0710 pm- Liberal's friends remind him he has a degree from UC Berkeley and is worth way more than 25K and should hold out, that the job is an insult to him. Liberal holds out and refuses the job. He calls the rich company back and refuses the job. The liberal recalls his UC Berkeley degree, paid for by government grants (rich people tax money) and all the great times he had at that school, which is funded by rich people tax money.

0730 pm- Liberal drives back to Starbucks, passing the full time working adults driving home from a full days work.

0900 pm- Liberal meets back at Starbucks for coffee with friends. On the free wireless internet the rich CEO of Starbucks approved his rich company to provide, the libs get online and blast conservative rich people on USMB. Since Starbucks is such a successful, wealthy company, they can basically be a library and the libs get all the good Al Franken and anti-Bush books to read for free while using free wifi and drink coffee.

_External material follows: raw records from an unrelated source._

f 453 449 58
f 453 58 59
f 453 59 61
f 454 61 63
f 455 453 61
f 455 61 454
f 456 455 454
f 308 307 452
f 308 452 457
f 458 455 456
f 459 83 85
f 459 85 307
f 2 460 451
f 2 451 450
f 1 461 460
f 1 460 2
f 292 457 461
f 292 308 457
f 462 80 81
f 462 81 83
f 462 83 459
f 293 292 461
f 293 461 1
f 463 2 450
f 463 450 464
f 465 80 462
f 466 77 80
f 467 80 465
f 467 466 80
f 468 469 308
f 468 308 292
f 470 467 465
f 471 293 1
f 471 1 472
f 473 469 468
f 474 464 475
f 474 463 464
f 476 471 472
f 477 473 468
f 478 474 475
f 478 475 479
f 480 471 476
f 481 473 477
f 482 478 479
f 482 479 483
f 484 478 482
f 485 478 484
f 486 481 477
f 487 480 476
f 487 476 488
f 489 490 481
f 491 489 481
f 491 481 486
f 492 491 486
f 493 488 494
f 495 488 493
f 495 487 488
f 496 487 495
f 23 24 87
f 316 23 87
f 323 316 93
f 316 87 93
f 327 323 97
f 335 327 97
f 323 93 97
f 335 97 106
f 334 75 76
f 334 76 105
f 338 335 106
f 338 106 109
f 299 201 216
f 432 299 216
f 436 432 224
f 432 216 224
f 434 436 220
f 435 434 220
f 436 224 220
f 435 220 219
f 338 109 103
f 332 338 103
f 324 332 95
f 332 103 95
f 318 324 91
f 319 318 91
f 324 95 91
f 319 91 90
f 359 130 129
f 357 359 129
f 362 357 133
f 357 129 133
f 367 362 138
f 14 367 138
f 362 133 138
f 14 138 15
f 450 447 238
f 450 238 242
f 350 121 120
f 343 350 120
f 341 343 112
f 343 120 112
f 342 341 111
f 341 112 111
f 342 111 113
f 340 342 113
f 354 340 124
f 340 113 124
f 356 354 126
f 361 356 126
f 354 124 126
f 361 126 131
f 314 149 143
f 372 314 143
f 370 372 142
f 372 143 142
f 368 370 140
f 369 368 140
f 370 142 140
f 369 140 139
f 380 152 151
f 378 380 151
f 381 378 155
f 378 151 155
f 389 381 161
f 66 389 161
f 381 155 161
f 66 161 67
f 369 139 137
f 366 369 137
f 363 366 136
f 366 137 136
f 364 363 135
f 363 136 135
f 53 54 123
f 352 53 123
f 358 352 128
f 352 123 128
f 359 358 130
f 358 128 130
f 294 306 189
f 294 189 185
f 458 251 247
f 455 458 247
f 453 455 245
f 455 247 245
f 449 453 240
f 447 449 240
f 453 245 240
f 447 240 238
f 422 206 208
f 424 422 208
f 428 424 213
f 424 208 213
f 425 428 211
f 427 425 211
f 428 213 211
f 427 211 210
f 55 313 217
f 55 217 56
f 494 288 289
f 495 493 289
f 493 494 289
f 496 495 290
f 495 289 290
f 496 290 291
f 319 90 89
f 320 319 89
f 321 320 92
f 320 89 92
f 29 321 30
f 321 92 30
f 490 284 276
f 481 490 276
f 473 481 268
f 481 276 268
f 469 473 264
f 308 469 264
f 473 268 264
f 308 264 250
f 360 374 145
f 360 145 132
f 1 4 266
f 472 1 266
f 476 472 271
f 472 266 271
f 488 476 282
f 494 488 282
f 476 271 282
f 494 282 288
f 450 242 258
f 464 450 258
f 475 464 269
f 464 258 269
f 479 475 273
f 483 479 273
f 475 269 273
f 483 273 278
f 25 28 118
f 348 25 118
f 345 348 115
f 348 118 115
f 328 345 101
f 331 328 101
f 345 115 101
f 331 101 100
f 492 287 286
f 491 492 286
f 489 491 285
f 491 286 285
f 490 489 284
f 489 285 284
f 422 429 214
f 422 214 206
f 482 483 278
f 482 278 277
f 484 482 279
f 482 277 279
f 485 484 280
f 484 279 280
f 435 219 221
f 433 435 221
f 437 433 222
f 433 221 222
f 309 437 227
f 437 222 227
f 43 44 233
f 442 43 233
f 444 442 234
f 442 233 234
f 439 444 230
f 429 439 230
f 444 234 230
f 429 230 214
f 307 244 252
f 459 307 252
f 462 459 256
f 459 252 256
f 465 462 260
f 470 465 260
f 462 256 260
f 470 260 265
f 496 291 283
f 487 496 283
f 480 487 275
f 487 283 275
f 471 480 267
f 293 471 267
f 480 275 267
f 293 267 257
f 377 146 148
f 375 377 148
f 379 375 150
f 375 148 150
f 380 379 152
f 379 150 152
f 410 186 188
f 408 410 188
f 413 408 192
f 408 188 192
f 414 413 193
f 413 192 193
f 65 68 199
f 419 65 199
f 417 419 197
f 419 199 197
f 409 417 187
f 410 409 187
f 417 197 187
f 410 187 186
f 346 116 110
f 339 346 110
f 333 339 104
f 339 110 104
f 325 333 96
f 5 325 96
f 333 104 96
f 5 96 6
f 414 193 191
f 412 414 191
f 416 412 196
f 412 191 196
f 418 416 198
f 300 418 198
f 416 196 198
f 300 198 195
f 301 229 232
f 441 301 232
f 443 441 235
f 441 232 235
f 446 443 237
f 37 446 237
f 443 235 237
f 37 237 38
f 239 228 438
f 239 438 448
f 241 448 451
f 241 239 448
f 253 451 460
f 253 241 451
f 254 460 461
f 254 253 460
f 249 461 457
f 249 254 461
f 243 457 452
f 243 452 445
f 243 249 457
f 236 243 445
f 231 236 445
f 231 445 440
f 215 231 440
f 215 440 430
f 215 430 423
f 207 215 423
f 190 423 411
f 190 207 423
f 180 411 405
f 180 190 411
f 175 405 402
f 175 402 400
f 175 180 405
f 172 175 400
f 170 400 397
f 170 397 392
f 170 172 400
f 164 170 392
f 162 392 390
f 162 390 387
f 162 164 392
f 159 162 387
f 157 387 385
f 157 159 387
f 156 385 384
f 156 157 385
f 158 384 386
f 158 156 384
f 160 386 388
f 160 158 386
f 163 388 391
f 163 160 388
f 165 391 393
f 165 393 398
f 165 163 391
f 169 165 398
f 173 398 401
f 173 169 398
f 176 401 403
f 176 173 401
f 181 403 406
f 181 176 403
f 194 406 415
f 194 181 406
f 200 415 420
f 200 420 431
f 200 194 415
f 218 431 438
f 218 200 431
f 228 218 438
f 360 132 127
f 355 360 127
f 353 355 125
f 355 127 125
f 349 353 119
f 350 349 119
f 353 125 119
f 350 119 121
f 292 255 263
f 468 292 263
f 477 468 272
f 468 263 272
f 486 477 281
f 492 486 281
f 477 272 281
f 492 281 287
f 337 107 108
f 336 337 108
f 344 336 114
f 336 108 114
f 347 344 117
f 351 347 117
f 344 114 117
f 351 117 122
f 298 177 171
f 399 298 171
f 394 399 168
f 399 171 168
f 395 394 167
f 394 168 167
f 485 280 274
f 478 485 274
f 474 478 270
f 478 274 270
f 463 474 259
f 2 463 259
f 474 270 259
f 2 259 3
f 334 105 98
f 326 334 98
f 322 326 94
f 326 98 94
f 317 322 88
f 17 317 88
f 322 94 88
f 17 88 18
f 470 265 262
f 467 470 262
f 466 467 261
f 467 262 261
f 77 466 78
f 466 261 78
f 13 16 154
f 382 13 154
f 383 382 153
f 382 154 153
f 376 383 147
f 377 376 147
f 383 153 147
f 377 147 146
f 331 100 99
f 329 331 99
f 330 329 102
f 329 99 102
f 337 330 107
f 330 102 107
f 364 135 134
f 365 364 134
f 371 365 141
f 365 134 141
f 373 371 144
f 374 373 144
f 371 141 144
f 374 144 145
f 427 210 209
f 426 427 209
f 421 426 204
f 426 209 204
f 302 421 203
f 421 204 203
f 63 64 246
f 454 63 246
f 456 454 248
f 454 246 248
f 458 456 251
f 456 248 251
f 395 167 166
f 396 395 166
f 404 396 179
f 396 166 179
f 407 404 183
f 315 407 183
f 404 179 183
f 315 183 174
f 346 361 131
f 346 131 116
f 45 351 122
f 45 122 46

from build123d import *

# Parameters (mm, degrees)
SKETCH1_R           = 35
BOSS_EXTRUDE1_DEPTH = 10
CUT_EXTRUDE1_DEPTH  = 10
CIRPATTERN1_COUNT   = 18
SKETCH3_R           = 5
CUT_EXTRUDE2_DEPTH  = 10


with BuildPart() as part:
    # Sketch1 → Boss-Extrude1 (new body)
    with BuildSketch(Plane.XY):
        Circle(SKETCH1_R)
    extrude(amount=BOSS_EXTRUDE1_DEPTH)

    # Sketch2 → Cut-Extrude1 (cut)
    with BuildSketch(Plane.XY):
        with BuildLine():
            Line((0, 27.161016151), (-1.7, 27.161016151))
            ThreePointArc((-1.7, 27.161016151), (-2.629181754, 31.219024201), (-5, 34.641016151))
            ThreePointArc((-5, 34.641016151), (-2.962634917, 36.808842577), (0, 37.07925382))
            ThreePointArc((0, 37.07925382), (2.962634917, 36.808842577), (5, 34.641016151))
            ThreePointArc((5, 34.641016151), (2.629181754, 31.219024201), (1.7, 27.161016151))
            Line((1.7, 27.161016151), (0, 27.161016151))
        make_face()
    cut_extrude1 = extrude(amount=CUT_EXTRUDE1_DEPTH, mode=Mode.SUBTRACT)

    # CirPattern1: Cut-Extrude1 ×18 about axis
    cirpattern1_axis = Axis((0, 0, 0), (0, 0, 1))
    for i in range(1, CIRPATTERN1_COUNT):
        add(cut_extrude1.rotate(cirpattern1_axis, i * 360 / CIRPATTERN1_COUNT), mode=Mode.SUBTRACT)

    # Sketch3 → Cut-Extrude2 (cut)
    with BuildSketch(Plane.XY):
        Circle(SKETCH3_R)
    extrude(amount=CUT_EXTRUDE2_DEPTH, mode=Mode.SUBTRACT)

1100 pm- With Starbucks closing, they want to continue to have their intellectual debates. They drive to the nearby beautiful national park, built and maintained by tax money taken from the rich. In that park that was built, maintained and preserved through federal income tax money taken from the rich, the blast the rich for not wanting to pay their fair share and not wanting to protect the environment.

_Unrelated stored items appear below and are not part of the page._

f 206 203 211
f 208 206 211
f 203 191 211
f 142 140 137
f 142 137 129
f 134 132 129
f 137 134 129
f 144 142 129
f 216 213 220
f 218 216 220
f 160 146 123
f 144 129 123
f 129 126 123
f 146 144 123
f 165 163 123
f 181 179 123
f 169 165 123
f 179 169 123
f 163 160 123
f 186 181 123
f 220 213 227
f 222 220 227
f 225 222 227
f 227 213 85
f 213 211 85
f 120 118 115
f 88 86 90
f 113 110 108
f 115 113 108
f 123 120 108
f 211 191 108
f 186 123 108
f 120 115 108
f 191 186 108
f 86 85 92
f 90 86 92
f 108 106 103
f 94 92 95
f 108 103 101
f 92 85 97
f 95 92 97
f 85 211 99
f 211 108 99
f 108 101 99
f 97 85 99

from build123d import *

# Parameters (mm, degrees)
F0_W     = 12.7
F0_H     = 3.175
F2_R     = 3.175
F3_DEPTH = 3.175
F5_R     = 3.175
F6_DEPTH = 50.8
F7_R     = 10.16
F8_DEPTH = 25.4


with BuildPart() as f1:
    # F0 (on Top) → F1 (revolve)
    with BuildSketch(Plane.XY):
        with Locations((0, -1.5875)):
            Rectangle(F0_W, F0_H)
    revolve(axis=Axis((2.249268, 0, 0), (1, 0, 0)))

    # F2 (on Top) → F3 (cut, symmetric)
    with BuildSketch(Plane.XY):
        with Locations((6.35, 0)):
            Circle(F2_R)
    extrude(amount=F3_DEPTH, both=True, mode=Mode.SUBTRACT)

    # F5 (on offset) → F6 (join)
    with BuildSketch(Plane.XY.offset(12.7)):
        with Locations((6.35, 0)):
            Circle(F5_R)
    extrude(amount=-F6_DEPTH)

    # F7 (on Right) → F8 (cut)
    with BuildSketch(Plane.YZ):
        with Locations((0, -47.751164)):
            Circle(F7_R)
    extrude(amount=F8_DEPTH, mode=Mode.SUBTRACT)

0100 am- They make the long drive back on the US interstate, built and maintained by rich people's tax money. They openly discuss the evils of Christianity and conservatism. As they drive, they pass an "Adopt-a-Highway" sign stating the mile they are on was adopted by "Arizona Baptist Church".............and the liberal happens to not see the sign, because he was busy tossing his cigarette butt out the window.

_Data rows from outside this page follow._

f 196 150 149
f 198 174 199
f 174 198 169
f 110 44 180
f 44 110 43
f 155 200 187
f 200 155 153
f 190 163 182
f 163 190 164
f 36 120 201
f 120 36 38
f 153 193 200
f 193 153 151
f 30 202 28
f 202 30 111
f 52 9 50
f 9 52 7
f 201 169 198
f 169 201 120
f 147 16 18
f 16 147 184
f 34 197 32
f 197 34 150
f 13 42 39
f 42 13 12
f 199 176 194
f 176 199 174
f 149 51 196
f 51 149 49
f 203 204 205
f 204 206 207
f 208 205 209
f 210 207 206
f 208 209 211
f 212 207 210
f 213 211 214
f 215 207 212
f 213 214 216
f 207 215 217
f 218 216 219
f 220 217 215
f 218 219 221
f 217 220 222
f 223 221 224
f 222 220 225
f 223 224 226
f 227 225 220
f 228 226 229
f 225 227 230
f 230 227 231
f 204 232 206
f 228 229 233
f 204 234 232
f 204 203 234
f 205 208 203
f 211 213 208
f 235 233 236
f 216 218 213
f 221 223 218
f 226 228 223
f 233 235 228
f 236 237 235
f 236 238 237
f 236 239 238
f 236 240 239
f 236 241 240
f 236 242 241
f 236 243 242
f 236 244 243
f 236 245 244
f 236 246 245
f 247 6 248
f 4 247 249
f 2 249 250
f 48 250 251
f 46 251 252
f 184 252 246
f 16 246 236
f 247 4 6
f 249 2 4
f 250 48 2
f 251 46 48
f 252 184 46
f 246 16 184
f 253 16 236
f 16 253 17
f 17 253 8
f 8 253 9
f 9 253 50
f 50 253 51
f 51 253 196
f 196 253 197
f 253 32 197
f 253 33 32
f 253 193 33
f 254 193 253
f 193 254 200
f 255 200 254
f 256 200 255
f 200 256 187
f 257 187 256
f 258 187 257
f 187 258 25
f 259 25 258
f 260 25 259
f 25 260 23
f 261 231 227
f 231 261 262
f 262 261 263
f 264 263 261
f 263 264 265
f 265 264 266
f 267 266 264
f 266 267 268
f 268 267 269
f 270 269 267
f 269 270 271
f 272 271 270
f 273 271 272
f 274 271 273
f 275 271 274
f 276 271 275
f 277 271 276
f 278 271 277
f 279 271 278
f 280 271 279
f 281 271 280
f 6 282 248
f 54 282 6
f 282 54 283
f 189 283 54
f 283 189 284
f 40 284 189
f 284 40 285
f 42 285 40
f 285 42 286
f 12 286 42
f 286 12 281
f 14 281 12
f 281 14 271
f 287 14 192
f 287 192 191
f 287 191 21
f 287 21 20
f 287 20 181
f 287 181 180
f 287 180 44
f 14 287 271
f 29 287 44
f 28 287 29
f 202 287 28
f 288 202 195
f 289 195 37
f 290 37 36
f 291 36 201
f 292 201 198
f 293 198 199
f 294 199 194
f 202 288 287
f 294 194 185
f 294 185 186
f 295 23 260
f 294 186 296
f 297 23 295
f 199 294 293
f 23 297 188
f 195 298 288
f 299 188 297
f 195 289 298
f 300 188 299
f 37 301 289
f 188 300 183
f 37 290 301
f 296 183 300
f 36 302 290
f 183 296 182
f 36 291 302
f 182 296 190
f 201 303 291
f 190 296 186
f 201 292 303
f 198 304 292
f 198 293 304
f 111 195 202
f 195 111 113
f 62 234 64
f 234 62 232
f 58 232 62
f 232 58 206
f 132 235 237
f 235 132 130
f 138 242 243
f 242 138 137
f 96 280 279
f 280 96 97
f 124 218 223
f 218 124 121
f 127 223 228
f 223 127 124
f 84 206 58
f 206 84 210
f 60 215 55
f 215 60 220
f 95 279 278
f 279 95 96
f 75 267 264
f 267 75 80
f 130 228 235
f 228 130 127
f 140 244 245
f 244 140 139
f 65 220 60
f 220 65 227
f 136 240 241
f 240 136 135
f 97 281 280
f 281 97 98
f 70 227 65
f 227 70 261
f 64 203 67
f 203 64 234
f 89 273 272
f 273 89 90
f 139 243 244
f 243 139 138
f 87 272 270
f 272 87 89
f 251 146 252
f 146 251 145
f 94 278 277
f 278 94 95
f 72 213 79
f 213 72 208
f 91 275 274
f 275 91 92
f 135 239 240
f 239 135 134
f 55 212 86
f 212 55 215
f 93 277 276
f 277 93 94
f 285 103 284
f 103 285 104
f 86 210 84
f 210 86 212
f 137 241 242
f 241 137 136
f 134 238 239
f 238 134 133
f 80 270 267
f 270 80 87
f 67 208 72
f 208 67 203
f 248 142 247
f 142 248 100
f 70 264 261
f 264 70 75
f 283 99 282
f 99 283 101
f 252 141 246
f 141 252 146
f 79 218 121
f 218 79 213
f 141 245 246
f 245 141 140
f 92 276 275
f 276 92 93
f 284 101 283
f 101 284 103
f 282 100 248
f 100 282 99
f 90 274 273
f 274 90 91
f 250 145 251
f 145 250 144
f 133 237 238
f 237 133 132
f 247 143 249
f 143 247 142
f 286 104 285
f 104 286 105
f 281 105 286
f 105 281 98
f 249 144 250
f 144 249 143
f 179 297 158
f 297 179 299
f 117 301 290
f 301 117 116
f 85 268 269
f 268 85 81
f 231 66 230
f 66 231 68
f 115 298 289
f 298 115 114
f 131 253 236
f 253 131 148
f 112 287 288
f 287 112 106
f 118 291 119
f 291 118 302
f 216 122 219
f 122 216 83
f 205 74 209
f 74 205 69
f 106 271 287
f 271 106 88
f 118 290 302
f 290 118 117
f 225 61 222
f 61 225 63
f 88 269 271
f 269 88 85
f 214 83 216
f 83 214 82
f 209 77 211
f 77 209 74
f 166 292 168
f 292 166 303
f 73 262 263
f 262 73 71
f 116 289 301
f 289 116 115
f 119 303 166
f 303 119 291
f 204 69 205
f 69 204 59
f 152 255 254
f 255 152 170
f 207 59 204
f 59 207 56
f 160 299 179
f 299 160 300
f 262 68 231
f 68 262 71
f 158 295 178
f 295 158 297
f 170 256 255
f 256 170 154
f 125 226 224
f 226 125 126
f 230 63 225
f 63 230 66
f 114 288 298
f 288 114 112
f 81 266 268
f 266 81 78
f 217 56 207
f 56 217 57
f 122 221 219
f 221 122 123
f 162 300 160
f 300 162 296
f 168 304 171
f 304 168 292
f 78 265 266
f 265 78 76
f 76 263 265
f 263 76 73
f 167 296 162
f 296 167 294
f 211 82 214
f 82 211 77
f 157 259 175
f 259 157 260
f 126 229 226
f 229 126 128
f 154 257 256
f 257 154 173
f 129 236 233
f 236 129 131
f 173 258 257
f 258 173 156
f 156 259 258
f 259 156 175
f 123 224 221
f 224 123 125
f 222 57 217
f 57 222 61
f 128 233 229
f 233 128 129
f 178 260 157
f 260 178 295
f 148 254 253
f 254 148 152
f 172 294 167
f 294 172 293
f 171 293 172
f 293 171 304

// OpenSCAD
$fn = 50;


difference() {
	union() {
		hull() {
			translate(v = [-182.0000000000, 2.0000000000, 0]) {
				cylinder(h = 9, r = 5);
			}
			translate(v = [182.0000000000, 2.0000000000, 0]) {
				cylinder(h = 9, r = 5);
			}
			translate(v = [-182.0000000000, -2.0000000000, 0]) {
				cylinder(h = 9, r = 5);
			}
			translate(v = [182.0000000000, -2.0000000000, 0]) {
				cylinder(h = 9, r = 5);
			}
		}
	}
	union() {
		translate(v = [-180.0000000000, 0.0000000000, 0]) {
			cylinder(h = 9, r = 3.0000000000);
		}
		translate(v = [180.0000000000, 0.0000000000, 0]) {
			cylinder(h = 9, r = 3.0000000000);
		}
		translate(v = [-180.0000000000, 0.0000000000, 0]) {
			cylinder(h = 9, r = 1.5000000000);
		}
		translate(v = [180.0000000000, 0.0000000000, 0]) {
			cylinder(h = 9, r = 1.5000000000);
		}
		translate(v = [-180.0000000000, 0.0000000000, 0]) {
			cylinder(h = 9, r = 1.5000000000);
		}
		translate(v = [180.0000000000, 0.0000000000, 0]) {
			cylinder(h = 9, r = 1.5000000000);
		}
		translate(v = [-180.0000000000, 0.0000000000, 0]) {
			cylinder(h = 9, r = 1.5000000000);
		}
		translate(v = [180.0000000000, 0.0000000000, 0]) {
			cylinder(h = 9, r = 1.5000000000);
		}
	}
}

0130 am- Liberal lays down to sleep, catching the late re-run of Chris Matthews. As he watches MSNBC talk about how dumb Sarah Palin is.....the liberal falls alseep and dreams of the day when there won't be any more rich people or conservatives.


----------



## CrusaderFrank (Jul 27, 2010)

You must spread some Reputation around before giving it to bucs90 again

Please suspend this rule!!!

Bucs, that was a classic!!!


----------



## Oddball (Jul 27, 2010)

You left out the part about linking to Media Matters, Fact Check, Daily Kooks and HRPuffinstuffPost as "proof" of how much rich people suck.


----------



## CrusaderFrank (Jul 27, 2010)

They don a hazmat suit to prevent their deadly, sensitive CO2 from escaping into the atmosphere


----------



## bucs90 (Jul 27, 2010)

You know guys, this was kind of fun. Lets keep it going, but I'll need you all to contribute the our liberal's ongoing day:

"The next day"

- 1030 am - The heroic liberal awakens, gets up early to grab his copy of the NY Times. He has to go with his girlfriend to her doctors appointment. She is 2 months pregnant, and they have to get their early to decide on whether their future son is going to get to live or not.


----------



## CrusaderFrank (Jul 27, 2010)

Bucs, you drove the Moonbats into a frezny. No doubt they're looking for the closest Obama orchestrated Astroturf coffee party


----------



## bucs90 (Jul 27, 2010)

CrusaderFrank said:


> Bucs, you drove the Moonbats into a frezny. No doubt they're looking for the closest Obama orchestrated Astroturf coffee party



Thanks. I thought there would be a flood of liberal rage on this thread.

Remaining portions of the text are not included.